# Distressing/Aging NEW Chrome



## Oldbikes

I was reading the thread on faux paint finishes and was wondering if any one has found a way to age newly chromed parts -- on an og paint bike-- to give it a patina that matches?!

Thanks in advance,
Alan


----------



## rjs5700

Dilute some muriatic acid in a gallon of water and apply it to the chrome a little at a time. Keep a close eye on it and rinse it often with a hose. The acid will start to yellow the finish. It is actually taking off the plating. Don't use too much acid or leave it on too long or it will take off all the chrome. Practice on an old piece to see if it gives the effect you are looking for. Be sure to wear rubber gloves and don't get it on your skin or clothes cause it's powerful stuff undiluted.
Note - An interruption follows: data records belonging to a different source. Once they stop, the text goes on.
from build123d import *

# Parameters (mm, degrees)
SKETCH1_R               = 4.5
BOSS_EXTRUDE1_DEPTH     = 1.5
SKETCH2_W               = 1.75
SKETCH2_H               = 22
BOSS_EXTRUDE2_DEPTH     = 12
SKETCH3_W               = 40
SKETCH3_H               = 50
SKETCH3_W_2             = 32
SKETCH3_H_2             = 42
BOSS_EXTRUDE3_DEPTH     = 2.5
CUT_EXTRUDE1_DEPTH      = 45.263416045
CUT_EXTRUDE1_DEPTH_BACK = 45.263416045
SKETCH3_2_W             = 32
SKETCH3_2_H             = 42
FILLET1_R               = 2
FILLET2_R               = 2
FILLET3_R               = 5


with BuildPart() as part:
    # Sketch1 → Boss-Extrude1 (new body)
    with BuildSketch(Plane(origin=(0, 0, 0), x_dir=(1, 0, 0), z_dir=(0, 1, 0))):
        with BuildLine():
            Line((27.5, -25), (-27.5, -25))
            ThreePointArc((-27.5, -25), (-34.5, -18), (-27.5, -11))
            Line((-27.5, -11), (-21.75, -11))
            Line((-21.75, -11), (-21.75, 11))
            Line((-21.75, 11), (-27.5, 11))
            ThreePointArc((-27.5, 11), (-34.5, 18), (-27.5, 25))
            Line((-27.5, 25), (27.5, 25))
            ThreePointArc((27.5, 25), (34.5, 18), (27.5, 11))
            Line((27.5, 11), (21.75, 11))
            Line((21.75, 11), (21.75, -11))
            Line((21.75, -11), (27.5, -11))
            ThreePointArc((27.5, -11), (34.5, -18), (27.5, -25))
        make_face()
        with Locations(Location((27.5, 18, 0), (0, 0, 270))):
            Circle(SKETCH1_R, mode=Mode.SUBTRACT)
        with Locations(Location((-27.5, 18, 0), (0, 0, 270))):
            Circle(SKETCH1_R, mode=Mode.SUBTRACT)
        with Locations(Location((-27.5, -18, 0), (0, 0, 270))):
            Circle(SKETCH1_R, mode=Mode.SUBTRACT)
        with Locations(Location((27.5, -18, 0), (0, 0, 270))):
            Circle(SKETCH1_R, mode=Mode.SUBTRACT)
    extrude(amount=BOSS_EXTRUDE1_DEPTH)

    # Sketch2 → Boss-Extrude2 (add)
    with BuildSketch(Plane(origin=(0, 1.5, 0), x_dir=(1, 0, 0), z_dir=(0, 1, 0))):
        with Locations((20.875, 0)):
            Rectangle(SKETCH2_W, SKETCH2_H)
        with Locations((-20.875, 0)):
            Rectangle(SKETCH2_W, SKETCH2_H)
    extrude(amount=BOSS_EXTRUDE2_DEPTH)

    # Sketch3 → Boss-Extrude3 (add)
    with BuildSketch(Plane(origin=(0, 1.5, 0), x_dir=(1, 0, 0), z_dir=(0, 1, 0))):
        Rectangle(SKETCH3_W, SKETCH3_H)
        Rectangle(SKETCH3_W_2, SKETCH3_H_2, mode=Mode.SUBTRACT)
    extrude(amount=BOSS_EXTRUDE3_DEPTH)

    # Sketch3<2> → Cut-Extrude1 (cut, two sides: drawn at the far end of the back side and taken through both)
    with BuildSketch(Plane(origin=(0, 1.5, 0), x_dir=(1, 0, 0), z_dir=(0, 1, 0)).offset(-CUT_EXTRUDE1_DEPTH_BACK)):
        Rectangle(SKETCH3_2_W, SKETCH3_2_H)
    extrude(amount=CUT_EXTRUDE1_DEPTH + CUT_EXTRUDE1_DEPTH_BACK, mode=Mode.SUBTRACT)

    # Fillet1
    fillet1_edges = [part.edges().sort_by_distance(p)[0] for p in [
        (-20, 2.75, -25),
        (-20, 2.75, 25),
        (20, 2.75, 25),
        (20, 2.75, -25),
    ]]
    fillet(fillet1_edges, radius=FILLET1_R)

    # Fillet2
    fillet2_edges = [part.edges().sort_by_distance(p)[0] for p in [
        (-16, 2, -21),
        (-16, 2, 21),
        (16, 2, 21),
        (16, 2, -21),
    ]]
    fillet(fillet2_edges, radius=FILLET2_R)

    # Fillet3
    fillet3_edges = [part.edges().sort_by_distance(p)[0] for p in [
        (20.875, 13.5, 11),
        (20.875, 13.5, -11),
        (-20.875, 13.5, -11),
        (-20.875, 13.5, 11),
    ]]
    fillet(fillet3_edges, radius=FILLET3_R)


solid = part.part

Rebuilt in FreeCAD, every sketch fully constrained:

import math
import FreeCAD as App
import Part
import Sketcher
from FreeCAD import Vector


def edges_at(feature, points):
    """Names of the edges that pass closest to the given points."""
    edges = feature.Shape.Edges
    near = lambda p: min(range(len(edges)), key=lambda i: edges[i].distToShape(Part.Vertex(*p))[0])
    return sorted({f"Edge{near(p) + 1}" for p in points})


def add_polygon(sketch, points):
    """Adds a closed chain of lines whose ends are joined by coincident constraints."""
    first, n = sketch.GeometryCount, len(points)
    for a, b in zip(points, points[1:] + points[:1]):
        sketch.addGeometry(Part.LineSegment(App.Vector(*a, 0), App.Vector(*b, 0)), False)
    for i in range(n):
        sketch.addConstraint(Sketcher.Constraint("Coincident", first + i, 2, first + (i + 1) % n, 1))

doc = App.newDocument("Part")
body = doc.addObject("PartDesign::Body", "Body")

# Sketch on XZ plane
sketch1 = body.newObject("Sketcher::SketchObject", "Sketch")
sketch1.AttachmentSupport = (doc.getObject("XZ_Plane"), [""])
sketch1.MapMode = "FlatFace"
sketch1.addGeometry([
    Part.LineSegment(Vector(-27.5, 25, 0), Vector(27.5, 25, 0)),  # 0
    Part.ArcOfCircle(Part.Circle(Vector(27.5, 18, 0), Vector(0, 0, 1), 7), math.radians(-90), math.radians(90)),  # 1
    Part.LineSegment(Vector(27.5, 11, 0), Vector(21.8, 11, 0)),  # 2
    Part.LineSegment(Vector(21.8, 11, 0), Vector(21.8, -11, 0)),  # 3
    Part.LineSegment(Vector(21.8, -11, 0), Vector(27.5, -11, 0)),  # 4
    Part.ArcOfCircle(Part.Circle(Vector(27.5, -18, 0), Vector(0, 0, 1), 7), math.radians(-90), math.radians(90)),  # 5
    Part.LineSegment(Vector(27.5, -25, 0), Vector(-27.5, -25, 0)),  # 6
    Part.ArcOfCircle(Part.Circle(Vector(-27.5, -18, 0), Vector(0, 0, 1), 7), math.radians(90), math.radians(270)),  # 7
    Part.LineSegment(Vector(-27.5, -11, 0), Vector(-21.8, -11, 0)),  # 8
    Part.LineSegment(Vector(-21.8, -11, 0), Vector(-21.8, 11, 0)),  # 9
    Part.LineSegment(Vector(-21.8, 11, 0), Vector(-27.5, 11, 0)),  # 10
    Part.ArcOfCircle(Part.Circle(Vector(-27.5, 18, 0), Vector(0, 0, 1), 7), math.radians(90), math.radians(270)),  # 11
    Part.Circle(Vector(27.5, 18, 0), Vector(0, 0, 1), 4.5),  # 12
    Part.Circle(Vector(-27.5, 18, 0), Vector(0, 0, 1), 4.5),  # 13
    Part.Circle(Vector(27.5, -18, 0), Vector(0, 0, 1), 4.5),  # 14
    Part.Circle(Vector(-27.5, -18, 0), Vector(0, 0, 1), 4.5),  # 15
], False)
sketch1.addConstraint([
    Sketcher.Constraint("Tangent", 0, 2, 1, 2),
    Sketcher.Constraint("Tangent", 1, 1, 2, 1),
    Sketcher.Constraint("Coincident", 2, 2, 3, 1),
    Sketcher.Constraint("Coincident", 3, 2, 4, 1),
    Sketcher.Constraint("Tangent", 4, 2, 5, 2),
    Sketcher.Constraint("Tangent", 5, 1, 6, 1),
    Sketcher.Constraint("Tangent", 6, 2, 7, 2),
    Sketcher.Constraint("Tangent", 7, 1, 8, 1),
    Sketcher.Constraint("Coincident", 8, 2, 9, 1),
    Sketcher.Constraint("Coincident", 9, 2, 10, 1),
    Sketcher.Constraint("Tangent", 10, 2, 11, 2),
    Sketcher.Constraint("Tangent", 11, 1, 0, 1),
    Sketcher.Constraint("Horizontal", 0),
    Sketcher.Constraint("Horizontal", 2),
    Sketcher.Constraint("Vertical", 3),
    Sketcher.Constraint("Horizontal", 4),
    Sketcher.Constraint("Horizontal", 6),
    Sketcher.Constraint("Horizontal", 8),
    Sketcher.Constraint("Vertical", 9),
    Sketcher.Constraint("Horizontal", 10),
    Sketcher.Constraint("Coincident", 12, 3, 1, 3),
    Sketcher.Constraint("Coincident", 13, 3, 11, 3),
    Sketcher.Constraint("Coincident", 14, 3, 5, 3),
    Sketcher.Constraint("Coincident", 15, 3, 7, 3),
    Sketcher.Constraint("Equal", 1, 5),
    Sketcher.Constraint("Equal", 5, 7),
    Sketcher.Constraint("Equal", 7, 11),
    Sketcher.Constraint("Equal", 12, 13),
    Sketcher.Constraint("Equal", 13, 14),
    Sketcher.Constraint("Equal", 14, 15),
    Sketcher.Constraint("Symmetric", 1, 3, 7, 3, -1, 1),
    Sketcher.Constraint("Vertical", 1, 3, 5, 3),
    Sketcher.Constraint("Vertical", 7, 3, 11, 3),
    Sketcher.Constraint("Equal", 4, 8),
    Sketcher.Constraint("Diameter", 12, 9.0),
    Sketcher.Constraint("Radius", 1, 7.0),
    Sketcher.Constraint("DistanceX", 0, 1, 0, 2, 55.0),
    Sketcher.Constraint("DistanceY", 3, 2, 3, 1, 22.0),
    Sketcher.Constraint("DistanceX", 2, 2, 2, 1, 5.75),
])
pad1 = body.newObject("PartDesign::Pad", "Pad")
pad1.Profile = sketch1
pad1.Length = 1.5
pad1.Reversed = True

# Sketch on XZ plane
sketch2 = body.newObject("Sketcher::SketchObject", "Sketch001")
sketch2.AttachmentSupport = (doc.getObject("XZ_Plane"), [""])
sketch2.MapMode = "FlatFace"
sketch2.AttachmentOffset = App.Placement(Vector(0, 0, -1.5), App.Rotation())
add_polygon(sketch2, [(20, -11), (20, 11), (21.8, 11), (21.8, -11)])  # lines 0-3
add_polygon(sketch2, [(-21.8, -11), (-21.8, 11), (-20, 11), (-20, -11)])  # lines 4-7
sketch2.addConstraint([
    Sketcher.Constraint("Vertical", 0),
    Sketcher.Constraint("Horizontal", 1),
    Sketcher.Constraint("Vertical", 2),
    Sketcher.Constraint("Horizontal", 3),
    Sketcher.Constraint("Vertical", 4),
    Sketcher.Constraint("Horizontal", 5),
    Sketcher.Constraint("Vertical", 6),
    Sketcher.Constraint("Horizontal", 7),
    Sketcher.Constraint("Symmetric", 2, 2, 4, 2, -1, 1),
    Sketcher.Constraint("Symmetric", 0, 2, 6, 2, -1, 1),
    Sketcher.Constraint("Horizontal", 1, 2, 4, 2),
    Sketcher.Constraint("DistanceY", 0, 1, 0, 2, 22.0),
    Sketcher.Constraint("DistanceX", -1, 1, 0, 2, 20.0),
    Sketcher.Constraint("DistanceX", 1, 1, 1, 2, 1.75),
])
pad2 = body.newObject("PartDesign::Pad", "Pad001")
pad2.Profile = sketch2
pad2.Length = 12
pad2.Reversed = True

# Sketch on XZ plane
sketch3 = body.newObject("Sketcher::SketchObject", "Sketch002")
sketch3.AttachmentSupport = (doc.getObject("XZ_Plane"), [""])
sketch3.MapMode = "FlatFace"
sketch3.AttachmentOffset = App.Placement(Vector(0, 0, -1.5), App.Rotation())
add_polygon(sketch3, [(-20, -25), (-20, 25), (20, 25), (20, -25)])  # lines 0-3
add_polygon(sketch3, [(16, 21), (-16, 21), (-16, -21), (16, -21)])  # lines 4-7
sketch3.addConstraint([
    Sketcher.Constraint("Vertical", 0),
    Sketcher.Constraint("Horizontal", 1),
    Sketcher.Constraint("Vertical", 2),
    Sketcher.Constraint("Horizontal", 3),
    Sketcher.Constraint("Horizontal", 4),
    Sketcher.Constraint("Vertical", 5),
    Sketcher.Constraint("Horizontal", 6),
    Sketcher.Constraint("Vertical", 7),
    Sketcher.Constraint("Symmetric", 0, 2, 2, 2, -1, 1),
    Sketcher.Constraint("Symmetric", 4, 2, 6, 2, -1, 1),
    Sketcher.Constraint("DistanceX", 1, 1, 1, 2, 40.0),
    Sketcher.Constraint("DistanceX", 4, 2, 4, 1, 32.0),
    Sketcher.Constraint("DistanceY", 0, 1, 0, 2, 50.0),
    Sketcher.Constraint("DistanceY", 5, 2, 5, 1, 42.0),
])
pad3 = body.newObject("PartDesign::Pad", "Pad002")
pad3.Profile = sketch3
pad3.Length = 2.5
pad3.Reversed = True

# Sketch on XZ plane
sketch4 = body.newObject("Sketcher::SketchObject", "Sketch003")
sketch4.AttachmentSupport = (doc.getObject("XZ_Plane"), [""])
sketch4.MapMode = "FlatFace"
sketch4.AttachmentOffset = App.Placement(Vector(0, 0, -1.5), App.Rotation())
add_polygon(sketch4, [(-16, -21), (-16, 21), (16, 21), (16, -21)])  # lines 0-3
sketch4.addConstraint([
    Sketcher.Constraint("Vertical", 0),
    Sketcher.Constraint("Horizontal", 1),
    Sketcher.Constraint("Vertical", 2),
    Sketcher.Constraint("Horizontal", 3),
    Sketcher.Constraint("Symmetric", 0, 2, 2, 2, -1, 1),
    Sketcher.Constraint("DistanceX", 1, 1, 1, 2, 32.0),
    Sketcher.Constraint("DistanceY", 0, 1, 0, 2, 42.0),
])
pocket1 = body.newObject("PartDesign::Pocket", "Pocket")
pocket1.Profile = sketch4
pocket1.Type = "ThroughAll"
pocket1.Midplane = True
doc.recompute()

fillet = body.newObject("PartDesign::Fillet", "Fillet")
fillet.Base = (pocket1, edges_at(pocket1, [
    (-20, 2.75, -25),
    (-20, 2.75, 25),
    (20, 2.75, 25),
    (20, 2.75, -25),
]))
fillet.Radius = 2
doc.recompute()

fillet2 = body.newObject("PartDesign::Fillet", "Fillet001")
fillet2.Base = (fillet, edges_at(fillet, [
    (-16, 2, -21),
    (-16, 2, 21),
    (16, 2, 21),
    (16, 2, -21),
]))
fillet2.Radius = 2
doc.recompute()

fillet3 = body.newObject("PartDesign::Fillet", "Fillet002")
fillet3.Base = (fillet2, edges_at(fillet2, [
    (20.875, 13.5, 11),
    (20.875, 13.5, -11),
    (-20.875, 13.5, -11),
    (-20.875, 13.5, 11),
]))
fillet3.Radius = 5

doc.recompute()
Also don't breathe the fumes.
John


----------



## Oldbikes

Will give it a try!

Thanks.


----------



## PCHiggin

*What???*

This is a new one. Why not just leave the chrome original? Pat


----------



## doubleduty

*The original chrome*

The original chrome is probably the fenders and they are probably damaged beyond repair. Or maybe a part that is completely missing. So he has a new part that is all shiny and stands out like a sore thumb! LOL!


----------



## 37fleetwood

careful with the muriatic acid it turns chrome a greenish color and to me it didn't look exactly old just damaged. oh and never put anything chromed in acid with anything of another material it may set up an electrolisys process and dechrome your piece entirely (I've accidently done it!)
Scott


----------



## vintbike

you could try sanding it very lightly, then wiping some slightly salty water on it, and leaving it outside in the sun for a few days... repeating the salt water regularly..

worked for me.


----------



## 37fleetwood

old chrome gets kind of milky. I don't know how you would replicate that. you could always leave it out on the roof for a few weeks and see if it dingy's up at all.
Scott


----------



## partsguy

No. 7 is sweet when it comes to _chrome_ but why not save money? just buy parts already rusted out.


----------